With the increasing popularity of menstrual cups, it can be difficult to separate the facts from the fiction, particularly with so many misunderstandings circulating on the menstrual scene. In this article, we’re going to dispel some of the most prevalent (and sometimes harmful) myths we’ve found to assist you in making an informed decision.
In that way, we can get rid of all of your worries, and you can have a carefree period with your menstrual cup.
The Size Of Your Menstrual Cup Should Depend On Your Flow
It is not necessary, however, choosing the right size of your cup can help you not to worry leaks. For example, the Daisy Cup has two sizes the Daisy Cup small and the Daisy Cup regular they have the same quality, but the small size is recommended for teenagers and for a woman who has a low sitting cervix because if you will use the regular size or the larger sizes there is a tendency that your cup will leak.
So you must choose the right size for you not only for your flow but also for other considerations such as your cervix, day to day activities and the sensitivity of your bladder and more.
All Menstrual Cups Can Last Up To 12 Hours
There is some confusion, understandably, over how long a menstrual cup can be worn. There are quite a few menstrual cups on the market claiming that for 12 endless hours they can be worn. However, it depends on the menstrual cup brand that you are using. Some brands can only last up to 8 hours. It would be helpful if you will read their guidelines available on their marketing website before buying to avoid complications.
You Can Never Acquire TSS If You Will Use A Menstrual Cup
There seems to have been some internet reviews over time that unknowingly supported this myth. TSS is a rare and complex disease that can impact males and females alike. It was connected with individuals who had surgery, infections of soft tissue and bone, and bites of insects. It was also related to those who menstruate, those who use intrauterine contraceptive devices, intra-vaginal protective devices, tampons, and menstrual cups to a lower extent recorded.
Menstrual Cups Are 100% Organic
It is not possible to properly describe silicone menstrual cups as’ organic.’ Organic substances are of the kind generated by living stuff or discovered in them. Organic matter is always based on carbon. According to The Soil Association, the leading organic certification body in the UK: “Organic relates to any organic farming products that do not permit the use of synthetic fertilizers, GM foods, and herbicides.”
Since organic matter consists of carbon, silicone can never be’ natural.’ It is, therefore, impossible to have a menstrual cup of’ organic’ silicone. Be careful about misleading language like this and always look for products that are honest and transparent about what they are made of and where they are made.
Menstrual Cups Are Plastic Free
Unfortunately, that’s not true. The quest to live a plastic-free lifestyle can be a complex one, and it is simple to believe that using a menstrual cup will imply that you will have a plastic-free period. Meanwhile, on the market today, many menstrual cups are made of TPE (thermoplastic elastomer), which is, in fact, a plastic itself. Consideration of any single-use plastics concerned is also essential. Is your cup packaging excessive in its plastic use?
Think plastic bags, plastic-coated packaging, plastic windows, and so on. Fortunately, there are some profoundly eco-minded producers of menstrual cups around –including us, of course. The Mooncup menstrual cup is produced of silicone of medical quality–a high-quality material that includes no dyes, BPA, phthalates, plastics, bleaches, or toxins. Although silicone is a synthetic compound, it is not a composite plastic. It is produced of silicon discovered in silica that occurs naturally. After oxygen, silicon is the second most abundant component on the planet.
Menstrual Cups Are Modernly Invented
You would be forgiven for believing that with the latest boom in media coverage, the menstrual cup is a fresh idea. In fact, an American woman named Leona Chalmers invented the first menstrual cup made of rubber in 1937. As World War II broke out and a shortage of rubber struck, her cup manufacturing ran into trouble.

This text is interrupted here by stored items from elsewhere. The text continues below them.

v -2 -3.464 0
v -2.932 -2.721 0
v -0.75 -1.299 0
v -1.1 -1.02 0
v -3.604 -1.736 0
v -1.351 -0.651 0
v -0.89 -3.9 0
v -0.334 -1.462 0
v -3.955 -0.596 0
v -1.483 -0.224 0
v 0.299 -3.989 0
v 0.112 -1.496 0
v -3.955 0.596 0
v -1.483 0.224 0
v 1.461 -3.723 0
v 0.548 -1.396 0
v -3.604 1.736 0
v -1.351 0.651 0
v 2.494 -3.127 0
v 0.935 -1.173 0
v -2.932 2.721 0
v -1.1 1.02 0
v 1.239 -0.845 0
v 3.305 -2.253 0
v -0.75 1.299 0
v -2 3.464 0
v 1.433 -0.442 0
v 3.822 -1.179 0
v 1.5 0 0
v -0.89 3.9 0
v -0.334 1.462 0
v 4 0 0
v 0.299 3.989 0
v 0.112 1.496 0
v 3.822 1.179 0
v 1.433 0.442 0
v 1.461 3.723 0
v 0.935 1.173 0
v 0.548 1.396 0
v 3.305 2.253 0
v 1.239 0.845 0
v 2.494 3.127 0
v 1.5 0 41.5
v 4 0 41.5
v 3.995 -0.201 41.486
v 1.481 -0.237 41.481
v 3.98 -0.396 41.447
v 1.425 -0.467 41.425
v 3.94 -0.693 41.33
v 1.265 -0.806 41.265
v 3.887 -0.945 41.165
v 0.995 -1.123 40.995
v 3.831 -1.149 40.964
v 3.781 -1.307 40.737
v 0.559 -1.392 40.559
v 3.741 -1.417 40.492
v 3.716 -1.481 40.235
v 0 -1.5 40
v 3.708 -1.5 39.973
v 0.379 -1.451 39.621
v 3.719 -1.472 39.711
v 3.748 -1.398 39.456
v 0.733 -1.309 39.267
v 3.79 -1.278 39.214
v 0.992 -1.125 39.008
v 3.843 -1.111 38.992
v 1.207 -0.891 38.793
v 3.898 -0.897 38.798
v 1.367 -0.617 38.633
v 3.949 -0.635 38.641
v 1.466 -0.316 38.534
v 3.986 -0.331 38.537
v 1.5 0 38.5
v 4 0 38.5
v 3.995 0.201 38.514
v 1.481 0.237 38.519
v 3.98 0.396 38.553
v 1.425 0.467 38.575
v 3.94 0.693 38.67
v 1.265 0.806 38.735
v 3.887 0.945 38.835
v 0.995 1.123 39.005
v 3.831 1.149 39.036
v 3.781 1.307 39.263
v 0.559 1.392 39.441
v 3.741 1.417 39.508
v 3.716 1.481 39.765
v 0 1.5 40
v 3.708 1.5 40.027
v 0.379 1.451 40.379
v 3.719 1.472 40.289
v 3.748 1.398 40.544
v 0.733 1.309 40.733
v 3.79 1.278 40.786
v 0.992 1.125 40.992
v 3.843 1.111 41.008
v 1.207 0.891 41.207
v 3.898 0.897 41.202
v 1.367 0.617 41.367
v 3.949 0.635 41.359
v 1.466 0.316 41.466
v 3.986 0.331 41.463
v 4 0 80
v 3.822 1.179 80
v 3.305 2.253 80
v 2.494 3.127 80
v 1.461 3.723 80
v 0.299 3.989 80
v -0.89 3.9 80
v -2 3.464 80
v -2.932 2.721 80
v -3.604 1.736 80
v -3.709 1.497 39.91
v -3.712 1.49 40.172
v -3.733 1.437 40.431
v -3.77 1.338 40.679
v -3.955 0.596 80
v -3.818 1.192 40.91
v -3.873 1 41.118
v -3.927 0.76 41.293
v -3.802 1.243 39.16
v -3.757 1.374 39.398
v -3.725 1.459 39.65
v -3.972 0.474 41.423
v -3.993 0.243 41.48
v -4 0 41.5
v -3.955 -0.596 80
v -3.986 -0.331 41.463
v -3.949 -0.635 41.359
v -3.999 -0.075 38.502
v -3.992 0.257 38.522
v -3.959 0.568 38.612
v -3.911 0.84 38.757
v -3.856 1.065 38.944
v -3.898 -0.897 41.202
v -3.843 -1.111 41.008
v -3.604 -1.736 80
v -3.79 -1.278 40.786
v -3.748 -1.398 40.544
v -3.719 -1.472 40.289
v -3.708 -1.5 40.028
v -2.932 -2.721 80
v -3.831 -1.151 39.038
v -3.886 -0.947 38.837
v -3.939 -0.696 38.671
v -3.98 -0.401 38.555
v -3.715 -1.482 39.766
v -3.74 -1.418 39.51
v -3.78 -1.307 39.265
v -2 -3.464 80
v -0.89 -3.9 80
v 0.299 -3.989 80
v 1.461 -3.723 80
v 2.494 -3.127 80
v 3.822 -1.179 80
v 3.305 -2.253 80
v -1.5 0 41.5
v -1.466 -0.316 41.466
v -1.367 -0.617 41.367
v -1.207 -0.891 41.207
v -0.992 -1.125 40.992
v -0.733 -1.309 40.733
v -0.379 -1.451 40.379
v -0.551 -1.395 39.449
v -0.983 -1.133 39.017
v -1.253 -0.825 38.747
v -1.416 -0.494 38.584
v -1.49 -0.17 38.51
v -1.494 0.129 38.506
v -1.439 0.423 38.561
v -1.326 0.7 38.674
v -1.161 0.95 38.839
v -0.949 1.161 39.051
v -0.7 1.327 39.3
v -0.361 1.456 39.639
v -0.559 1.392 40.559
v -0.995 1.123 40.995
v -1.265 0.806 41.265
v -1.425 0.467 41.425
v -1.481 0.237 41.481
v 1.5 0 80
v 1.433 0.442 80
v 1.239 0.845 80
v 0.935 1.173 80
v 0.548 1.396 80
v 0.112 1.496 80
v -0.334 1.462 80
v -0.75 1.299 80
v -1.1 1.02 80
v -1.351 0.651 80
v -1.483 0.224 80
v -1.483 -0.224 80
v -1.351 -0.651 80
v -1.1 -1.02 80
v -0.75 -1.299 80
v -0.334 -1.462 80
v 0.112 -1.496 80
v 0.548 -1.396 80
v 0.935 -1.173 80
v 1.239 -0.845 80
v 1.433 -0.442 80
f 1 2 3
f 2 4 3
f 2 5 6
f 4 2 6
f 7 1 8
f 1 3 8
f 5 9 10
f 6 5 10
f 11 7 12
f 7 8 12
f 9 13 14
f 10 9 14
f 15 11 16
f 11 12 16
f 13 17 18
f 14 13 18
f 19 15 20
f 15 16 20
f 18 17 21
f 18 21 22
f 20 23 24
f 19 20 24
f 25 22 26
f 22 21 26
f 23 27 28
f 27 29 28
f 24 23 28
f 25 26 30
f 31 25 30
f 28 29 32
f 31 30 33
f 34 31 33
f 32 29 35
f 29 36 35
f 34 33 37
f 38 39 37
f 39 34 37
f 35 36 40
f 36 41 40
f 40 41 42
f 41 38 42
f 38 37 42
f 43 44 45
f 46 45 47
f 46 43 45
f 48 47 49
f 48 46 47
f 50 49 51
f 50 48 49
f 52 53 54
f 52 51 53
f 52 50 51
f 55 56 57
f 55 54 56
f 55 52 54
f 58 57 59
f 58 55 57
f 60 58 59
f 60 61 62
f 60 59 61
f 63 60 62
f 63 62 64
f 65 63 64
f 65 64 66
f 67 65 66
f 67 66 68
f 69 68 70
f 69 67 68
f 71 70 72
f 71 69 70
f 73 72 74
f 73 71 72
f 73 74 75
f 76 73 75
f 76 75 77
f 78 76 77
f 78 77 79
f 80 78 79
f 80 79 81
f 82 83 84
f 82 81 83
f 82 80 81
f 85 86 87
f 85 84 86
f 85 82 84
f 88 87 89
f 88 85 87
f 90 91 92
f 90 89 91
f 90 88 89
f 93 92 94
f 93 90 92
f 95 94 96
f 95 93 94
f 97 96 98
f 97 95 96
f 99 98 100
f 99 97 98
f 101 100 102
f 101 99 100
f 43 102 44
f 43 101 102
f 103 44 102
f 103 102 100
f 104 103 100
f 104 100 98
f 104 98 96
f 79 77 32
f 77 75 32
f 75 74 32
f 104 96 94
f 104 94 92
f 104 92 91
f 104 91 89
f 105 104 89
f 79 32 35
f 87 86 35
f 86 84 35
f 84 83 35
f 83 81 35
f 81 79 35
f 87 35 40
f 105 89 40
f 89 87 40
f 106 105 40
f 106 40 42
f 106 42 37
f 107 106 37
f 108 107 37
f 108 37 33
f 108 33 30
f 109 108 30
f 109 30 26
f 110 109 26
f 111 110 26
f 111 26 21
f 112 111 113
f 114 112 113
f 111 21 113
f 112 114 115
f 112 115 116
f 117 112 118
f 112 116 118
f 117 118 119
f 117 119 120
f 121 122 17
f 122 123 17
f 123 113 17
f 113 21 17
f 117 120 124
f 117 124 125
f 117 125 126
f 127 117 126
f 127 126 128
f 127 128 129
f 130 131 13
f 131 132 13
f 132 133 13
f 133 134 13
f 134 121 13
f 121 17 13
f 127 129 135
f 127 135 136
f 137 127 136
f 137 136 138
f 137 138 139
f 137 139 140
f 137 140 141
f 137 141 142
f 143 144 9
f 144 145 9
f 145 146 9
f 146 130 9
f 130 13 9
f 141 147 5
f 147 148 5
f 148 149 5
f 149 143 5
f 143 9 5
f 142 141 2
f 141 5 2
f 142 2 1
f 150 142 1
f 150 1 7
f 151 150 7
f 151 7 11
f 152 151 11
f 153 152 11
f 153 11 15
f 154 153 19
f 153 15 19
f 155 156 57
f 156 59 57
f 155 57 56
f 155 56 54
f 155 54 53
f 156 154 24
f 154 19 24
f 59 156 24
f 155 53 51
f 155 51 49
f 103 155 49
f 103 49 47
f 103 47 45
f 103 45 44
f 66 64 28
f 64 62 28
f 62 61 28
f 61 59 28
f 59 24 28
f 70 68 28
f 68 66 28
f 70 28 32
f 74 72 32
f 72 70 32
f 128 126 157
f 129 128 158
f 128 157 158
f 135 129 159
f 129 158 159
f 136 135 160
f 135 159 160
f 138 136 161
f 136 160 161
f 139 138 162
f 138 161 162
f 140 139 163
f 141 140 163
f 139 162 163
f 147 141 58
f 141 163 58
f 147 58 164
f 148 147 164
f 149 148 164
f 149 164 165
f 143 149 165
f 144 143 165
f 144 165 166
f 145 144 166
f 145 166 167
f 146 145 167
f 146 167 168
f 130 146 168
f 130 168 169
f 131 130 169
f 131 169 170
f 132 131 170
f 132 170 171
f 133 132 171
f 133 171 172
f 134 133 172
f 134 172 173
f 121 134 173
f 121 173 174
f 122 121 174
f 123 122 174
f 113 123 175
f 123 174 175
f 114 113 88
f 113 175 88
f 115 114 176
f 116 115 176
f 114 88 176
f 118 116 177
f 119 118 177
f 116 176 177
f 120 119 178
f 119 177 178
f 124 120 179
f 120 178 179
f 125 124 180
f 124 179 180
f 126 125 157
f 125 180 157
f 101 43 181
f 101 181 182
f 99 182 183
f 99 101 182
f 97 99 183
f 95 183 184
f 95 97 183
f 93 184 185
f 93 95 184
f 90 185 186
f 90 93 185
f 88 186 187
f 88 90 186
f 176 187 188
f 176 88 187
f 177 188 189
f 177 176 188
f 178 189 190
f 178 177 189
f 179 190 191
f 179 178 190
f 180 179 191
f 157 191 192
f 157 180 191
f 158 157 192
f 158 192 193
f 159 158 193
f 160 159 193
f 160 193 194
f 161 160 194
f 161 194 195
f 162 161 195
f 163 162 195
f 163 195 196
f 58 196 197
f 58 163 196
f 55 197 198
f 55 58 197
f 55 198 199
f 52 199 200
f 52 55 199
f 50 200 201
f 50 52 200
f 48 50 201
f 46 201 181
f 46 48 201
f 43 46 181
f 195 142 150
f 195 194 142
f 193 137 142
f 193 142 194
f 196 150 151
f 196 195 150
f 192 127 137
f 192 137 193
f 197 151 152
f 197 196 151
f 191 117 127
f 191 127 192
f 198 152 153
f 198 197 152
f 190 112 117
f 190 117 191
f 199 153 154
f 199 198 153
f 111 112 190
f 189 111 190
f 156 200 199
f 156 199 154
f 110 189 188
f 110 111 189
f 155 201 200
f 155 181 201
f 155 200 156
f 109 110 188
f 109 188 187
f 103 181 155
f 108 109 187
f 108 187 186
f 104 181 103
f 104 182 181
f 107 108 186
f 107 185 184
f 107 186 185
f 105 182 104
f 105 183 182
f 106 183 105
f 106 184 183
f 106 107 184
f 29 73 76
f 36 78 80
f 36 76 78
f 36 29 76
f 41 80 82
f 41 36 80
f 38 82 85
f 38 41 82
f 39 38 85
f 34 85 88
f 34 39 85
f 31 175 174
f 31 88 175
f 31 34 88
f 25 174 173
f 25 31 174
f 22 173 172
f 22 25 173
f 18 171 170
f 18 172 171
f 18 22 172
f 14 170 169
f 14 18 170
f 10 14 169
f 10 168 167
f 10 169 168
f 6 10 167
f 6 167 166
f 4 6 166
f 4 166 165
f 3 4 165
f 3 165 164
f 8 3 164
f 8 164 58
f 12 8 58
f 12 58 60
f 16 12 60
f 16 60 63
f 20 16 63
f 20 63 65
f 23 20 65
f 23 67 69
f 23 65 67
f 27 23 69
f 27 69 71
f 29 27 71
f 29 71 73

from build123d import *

# Parameters (mm, degrees)
ESBO_O1_R                         = 4
ESBO_O1_R_2                       = 1.5
RESSALTO_EXTRUS_O2_DEPTH          = 80
CORTE_EXTRUS_O1_REACH             = 82.2
ESBO_O2_R                         = 1.5
CORTE_EXTRUS_O1_DIRECTION_2_REACH = 82.2


with BuildPart() as part:
    # Esboço1 → Ressalto-extrusão2 (new body)
    with BuildSketch(Plane.XY):
        Circle(ESBO_O1_R)
        Circle(ESBO_O1_R_2, mode=Mode.SUBTRACT)
    extrude(amount=RESSALTO_EXTRUS_O2_DEPTH)

    # Esboço2 → Corte-extrusão1 (cut, up to next)
    with BuildSketch(Plane(origin=(0, 0, 0), x_dir=(0, 0, -1), z_dir=(1, 0, 0)), mode=Mode.PRIVATE) as corte_extrus_o1_sk1:
        with Locations(Location((-40, 0, 0), (0, 0, 180))):
            Circle(ESBO_O2_R)
    corte_extrus_o1_tool1 = extrude(corte_extrus_o1_sk1.sketch, amount=-CORTE_EXTRUS_O1_REACH, mode=Mode.PRIVATE) & part.part
    add(corte_extrus_o1_tool1.solids().sort_by_distance((0, 0, 40))[0], mode=Mode.SUBTRACT)

    # Esboço2 → Corte-extrusão1 direction 2 (cut, up to next)
    with BuildSketch(Plane(origin=(0, 0, 0), x_dir=(0, 0, -1), z_dir=(1, 0, 0)), mode=Mode.PRIVATE) as corte_extrus_o1_direction_2_sk1:
        with Locations(Location((-40, 0, 0), (0, 0, 180))):
            Circle(ESBO_O2_R)
    corte_extrus_o1_direction_2_tool1 = extrude(corte_extrus_o1_direction_2_sk1.sketch, amount=CORTE_EXTRUS_O1_DIRECTION_2_REACH, mode=Mode.PRIVATE) & part.part
    add(corte_extrus_o1_direction_2_tool1.solids().sort_by_distance((0, 0, 40))[0], mode=Mode.SUBTRACT)


solid = part.part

Unfortunately for Chalmers, her cup was encountered by a government opposition that was unwilling to wash and reuse the cup. Perhaps ahead of its moment, owing to the increase in popularity of disposable products, the concept was partially shelved.
Wherever you choose to purchase your menstrual cup, you should be cautious to verify that it meets high-quality standards. There is a bigger chance that you and your vagina may not be as happy with your purchase as you anticipated unless you buy a reputable brand from an authorized retailer.